Tulsa World Review, May 23, 2004

Harvard professor Wilson Chaney is being blackmailed.

He had an affair with Denali Brinkman, who was a freshman in his introductory educational psychology class and a champion rower. Chaney could lose everything — his wealthy wife, his tenure and his work on a new ADHD drug.

Chaney decides Carlotta Carlyle is the best P.I. for the job. She takes the case and finds out that Chaney has not told her everything she needs to know, including the fact that Denali has died in a fire. Carlotta locates the suspected blackmailer, only to have him die in a hit-and-run with Chaney's stolen vehicle.

This case has too many coincidences to suit Carlotta, so she digs even deeper into the girl's past and Chaney's work. What she learns could get her killed.

Carlotta is cut from the same cloth as Kinsey Milhone and V.I. Warshawski and is just as entertaining.

4 again.
— Michele Patterson, librarian at the Schusterman-Benson Library

Kirkus / Hollywood Reporter Review, May 10, 2004

"American mystery series make strong case for screen"

The biggest mystery about American mystery series is why so few of them ever get optioned. The Brits are perfectly happy to cuddle in front of the telly with Adam Dalgleish, Jane Tennison and inspector Morse — and so, it seems, are we, courtesy of British imports. In the hope of bringing American television crime back home where it belongs, here are some homegrown series detectives ripe for adaptation.

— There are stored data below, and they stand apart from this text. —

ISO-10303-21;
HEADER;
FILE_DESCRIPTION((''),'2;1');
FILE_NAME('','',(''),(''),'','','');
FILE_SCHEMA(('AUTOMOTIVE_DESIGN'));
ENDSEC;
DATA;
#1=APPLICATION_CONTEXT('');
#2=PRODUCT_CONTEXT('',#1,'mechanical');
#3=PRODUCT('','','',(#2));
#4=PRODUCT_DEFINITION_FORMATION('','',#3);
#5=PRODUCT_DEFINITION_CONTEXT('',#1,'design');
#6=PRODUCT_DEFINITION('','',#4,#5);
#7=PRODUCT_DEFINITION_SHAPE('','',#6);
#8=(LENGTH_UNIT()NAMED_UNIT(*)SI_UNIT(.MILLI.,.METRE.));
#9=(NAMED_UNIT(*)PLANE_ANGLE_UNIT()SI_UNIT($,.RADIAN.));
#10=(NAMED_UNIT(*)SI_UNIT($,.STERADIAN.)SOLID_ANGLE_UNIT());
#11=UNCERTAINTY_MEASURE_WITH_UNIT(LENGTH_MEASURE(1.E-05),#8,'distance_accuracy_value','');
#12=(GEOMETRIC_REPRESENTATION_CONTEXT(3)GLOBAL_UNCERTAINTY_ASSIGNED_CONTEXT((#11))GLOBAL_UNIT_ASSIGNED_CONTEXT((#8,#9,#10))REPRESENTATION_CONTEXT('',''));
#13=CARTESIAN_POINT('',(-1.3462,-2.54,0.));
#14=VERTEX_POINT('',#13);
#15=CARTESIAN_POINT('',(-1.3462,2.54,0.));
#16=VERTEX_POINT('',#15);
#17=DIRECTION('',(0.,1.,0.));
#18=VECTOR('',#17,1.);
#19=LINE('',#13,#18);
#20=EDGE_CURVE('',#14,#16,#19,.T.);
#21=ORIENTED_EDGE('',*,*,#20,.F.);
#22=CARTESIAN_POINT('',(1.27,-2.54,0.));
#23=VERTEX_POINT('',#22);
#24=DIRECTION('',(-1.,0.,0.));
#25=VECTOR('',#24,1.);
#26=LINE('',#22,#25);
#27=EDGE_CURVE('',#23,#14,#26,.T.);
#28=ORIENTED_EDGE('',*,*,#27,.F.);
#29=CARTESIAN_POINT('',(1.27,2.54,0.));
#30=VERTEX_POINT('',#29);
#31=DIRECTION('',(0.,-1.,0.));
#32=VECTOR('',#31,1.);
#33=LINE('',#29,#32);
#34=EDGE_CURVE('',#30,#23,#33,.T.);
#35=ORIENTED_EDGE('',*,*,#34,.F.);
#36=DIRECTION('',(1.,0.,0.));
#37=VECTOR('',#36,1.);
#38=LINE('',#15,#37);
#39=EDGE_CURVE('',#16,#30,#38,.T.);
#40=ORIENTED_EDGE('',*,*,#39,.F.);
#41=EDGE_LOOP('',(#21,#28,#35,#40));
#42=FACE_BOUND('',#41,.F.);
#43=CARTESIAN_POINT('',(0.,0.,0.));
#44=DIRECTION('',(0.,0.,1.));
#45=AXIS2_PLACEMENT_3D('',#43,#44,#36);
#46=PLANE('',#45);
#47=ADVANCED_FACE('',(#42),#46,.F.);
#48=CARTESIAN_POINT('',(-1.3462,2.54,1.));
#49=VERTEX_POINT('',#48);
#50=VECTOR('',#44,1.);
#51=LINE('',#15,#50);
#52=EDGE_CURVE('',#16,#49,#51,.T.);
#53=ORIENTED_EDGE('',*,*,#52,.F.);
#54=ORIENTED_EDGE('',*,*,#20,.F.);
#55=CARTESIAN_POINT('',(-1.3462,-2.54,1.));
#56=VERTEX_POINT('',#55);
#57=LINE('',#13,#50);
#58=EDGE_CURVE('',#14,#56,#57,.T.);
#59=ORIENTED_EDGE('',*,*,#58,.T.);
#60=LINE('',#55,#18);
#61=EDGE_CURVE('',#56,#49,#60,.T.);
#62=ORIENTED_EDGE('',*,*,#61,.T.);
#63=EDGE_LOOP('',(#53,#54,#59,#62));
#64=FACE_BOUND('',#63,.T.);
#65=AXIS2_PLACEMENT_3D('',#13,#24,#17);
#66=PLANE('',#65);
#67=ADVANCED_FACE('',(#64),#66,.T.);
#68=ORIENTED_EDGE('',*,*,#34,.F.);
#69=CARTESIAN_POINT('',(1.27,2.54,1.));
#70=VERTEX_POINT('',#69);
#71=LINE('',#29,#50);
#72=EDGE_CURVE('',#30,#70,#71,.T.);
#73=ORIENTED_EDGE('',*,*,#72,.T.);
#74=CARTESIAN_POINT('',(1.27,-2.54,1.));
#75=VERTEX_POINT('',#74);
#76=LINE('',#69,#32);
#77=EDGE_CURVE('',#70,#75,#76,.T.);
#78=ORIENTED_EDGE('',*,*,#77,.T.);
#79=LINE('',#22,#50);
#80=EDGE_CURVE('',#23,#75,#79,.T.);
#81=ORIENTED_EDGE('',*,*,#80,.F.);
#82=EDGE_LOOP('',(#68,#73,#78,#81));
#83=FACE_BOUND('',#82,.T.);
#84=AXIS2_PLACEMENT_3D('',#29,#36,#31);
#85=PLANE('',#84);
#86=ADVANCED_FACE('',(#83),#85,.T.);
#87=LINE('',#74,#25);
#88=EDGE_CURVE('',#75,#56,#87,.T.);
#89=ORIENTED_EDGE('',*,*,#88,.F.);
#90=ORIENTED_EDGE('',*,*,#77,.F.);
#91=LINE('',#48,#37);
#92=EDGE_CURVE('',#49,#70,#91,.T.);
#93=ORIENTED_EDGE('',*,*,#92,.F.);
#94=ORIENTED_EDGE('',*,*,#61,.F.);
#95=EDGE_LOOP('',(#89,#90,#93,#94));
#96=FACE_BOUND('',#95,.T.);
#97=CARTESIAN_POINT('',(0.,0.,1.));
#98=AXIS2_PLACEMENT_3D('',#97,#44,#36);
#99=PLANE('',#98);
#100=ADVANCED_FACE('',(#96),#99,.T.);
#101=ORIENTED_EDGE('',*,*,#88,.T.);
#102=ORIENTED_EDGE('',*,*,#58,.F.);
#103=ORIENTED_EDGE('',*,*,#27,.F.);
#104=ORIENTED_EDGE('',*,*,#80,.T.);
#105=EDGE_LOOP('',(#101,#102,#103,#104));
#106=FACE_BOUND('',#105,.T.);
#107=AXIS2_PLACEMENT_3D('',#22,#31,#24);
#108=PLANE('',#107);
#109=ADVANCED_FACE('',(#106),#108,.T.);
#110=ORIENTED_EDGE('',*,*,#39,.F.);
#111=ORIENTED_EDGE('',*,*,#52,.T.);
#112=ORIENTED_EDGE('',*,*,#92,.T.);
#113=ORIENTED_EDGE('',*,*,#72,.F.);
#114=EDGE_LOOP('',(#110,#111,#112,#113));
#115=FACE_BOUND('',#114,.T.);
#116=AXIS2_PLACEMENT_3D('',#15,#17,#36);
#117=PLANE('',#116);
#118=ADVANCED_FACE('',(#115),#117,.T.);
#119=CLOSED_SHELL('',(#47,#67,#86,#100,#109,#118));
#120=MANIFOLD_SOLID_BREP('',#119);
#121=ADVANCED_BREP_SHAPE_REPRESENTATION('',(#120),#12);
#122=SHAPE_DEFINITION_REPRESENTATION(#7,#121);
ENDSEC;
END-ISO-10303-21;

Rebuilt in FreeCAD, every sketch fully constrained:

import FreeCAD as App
import Part
import Sketcher
from FreeCAD import Vector
Q = App.Units.Quantity

doc = App.newDocument("Part")
params = doc.addObject("Spreadsheet::Sheet", "Params")
for row, (alias, value) in enumerate([
    ("sketch1_height", "0.2 in"),
    ("sketch1_width", "0.103 in"),
    ("pad1_length", "1 mm"),
], start=1):
    params.set(f"A{row}", alias)
    params.set(f"B{row}", "=" + value)
    params.setAlias(f"B{row}", alias)

body = doc.addObject("PartDesign::Body", "Body")

sketch1 = doc.addObject("Sketcher::SketchObject", "Sketch")
body.addObject(sketch1)
sketch1.AttachmentSupport = (doc.XY_Plane, [""])
sketch1.MapMode = "FlatFace"
sketch1.addGeometry([
    Part.LineSegment(Vector(1.3, 2.5, 0), Vector(-1.3, 2.5, 0)),
    Part.LineSegment(Vector(-1.3, 2.5, 0), Vector(-1.3, -2.5, 0)),
    Part.LineSegment(Vector(-1.3, -2.5, 0), Vector(1.3, -2.5, 0)),
    Part.LineSegment(Vector(1.3, -2.5, 0), Vector(1.3, 2.5, 0)),
], False)
sketch1.addConstraint([
    Sketcher.Constraint("Coincident", 0, 2, 1, 1),
    Sketcher.Constraint("Coincident", 1, 2, 2, 1),
    Sketcher.Constraint("Coincident", 2, 2, 3, 1),
    Sketcher.Constraint("Coincident", 3, 2, 0, 1),
    Sketcher.Constraint("Horizontal", 0),
    Sketcher.Constraint("Vertical", 1),
    Sketcher.Constraint("Horizontal", 2),
    Sketcher.Constraint("Vertical", 3),
    Sketcher.Constraint("DistanceY", 1, 2, 1, 1, Q("0.2 in")),
    Sketcher.Constraint("DistanceY", -1, 1, 0, 2, Q("0.1 in")),
    Sketcher.Constraint("DistanceX", 0, 2, 0, 1, Q("0.103 in")),
    Sketcher.Constraint("DistanceX", -1, 1, 2, 2, Q("0.05 in")),
])
sketch1.setExpression("Constraints[8]", "Params.sketch1_height")
sketch1.setExpression("Constraints[10]", "Params.sketch1_width")
pad1 = doc.addObject("PartDesign::Pad", "Pad")
body.addObject(pad1)
pad1.Profile = sketch1
pad1.setExpression("Length", "Params.pad1_length")

doc.recompute()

Linda Barnes' Amazonian cab driver Carlotta Carlyle has been plying Boston's mean streets for more than 20 years. In her 10th case, 'Deep Pockets' (St Martin's Minotaur), Harvard professor Wilson Chaney wants Carlotta to save his career from a blackmailer who is threatening to go public with the torrid letters Chaney wrote to a white student before her suicide. The interracial romance, of course, turns out to be only the tip of the iceberg. Carlotta has to sift through fraudulent drug trials, murder and her client's sordid past before she can confront an unexpected killer in a white-hot finale.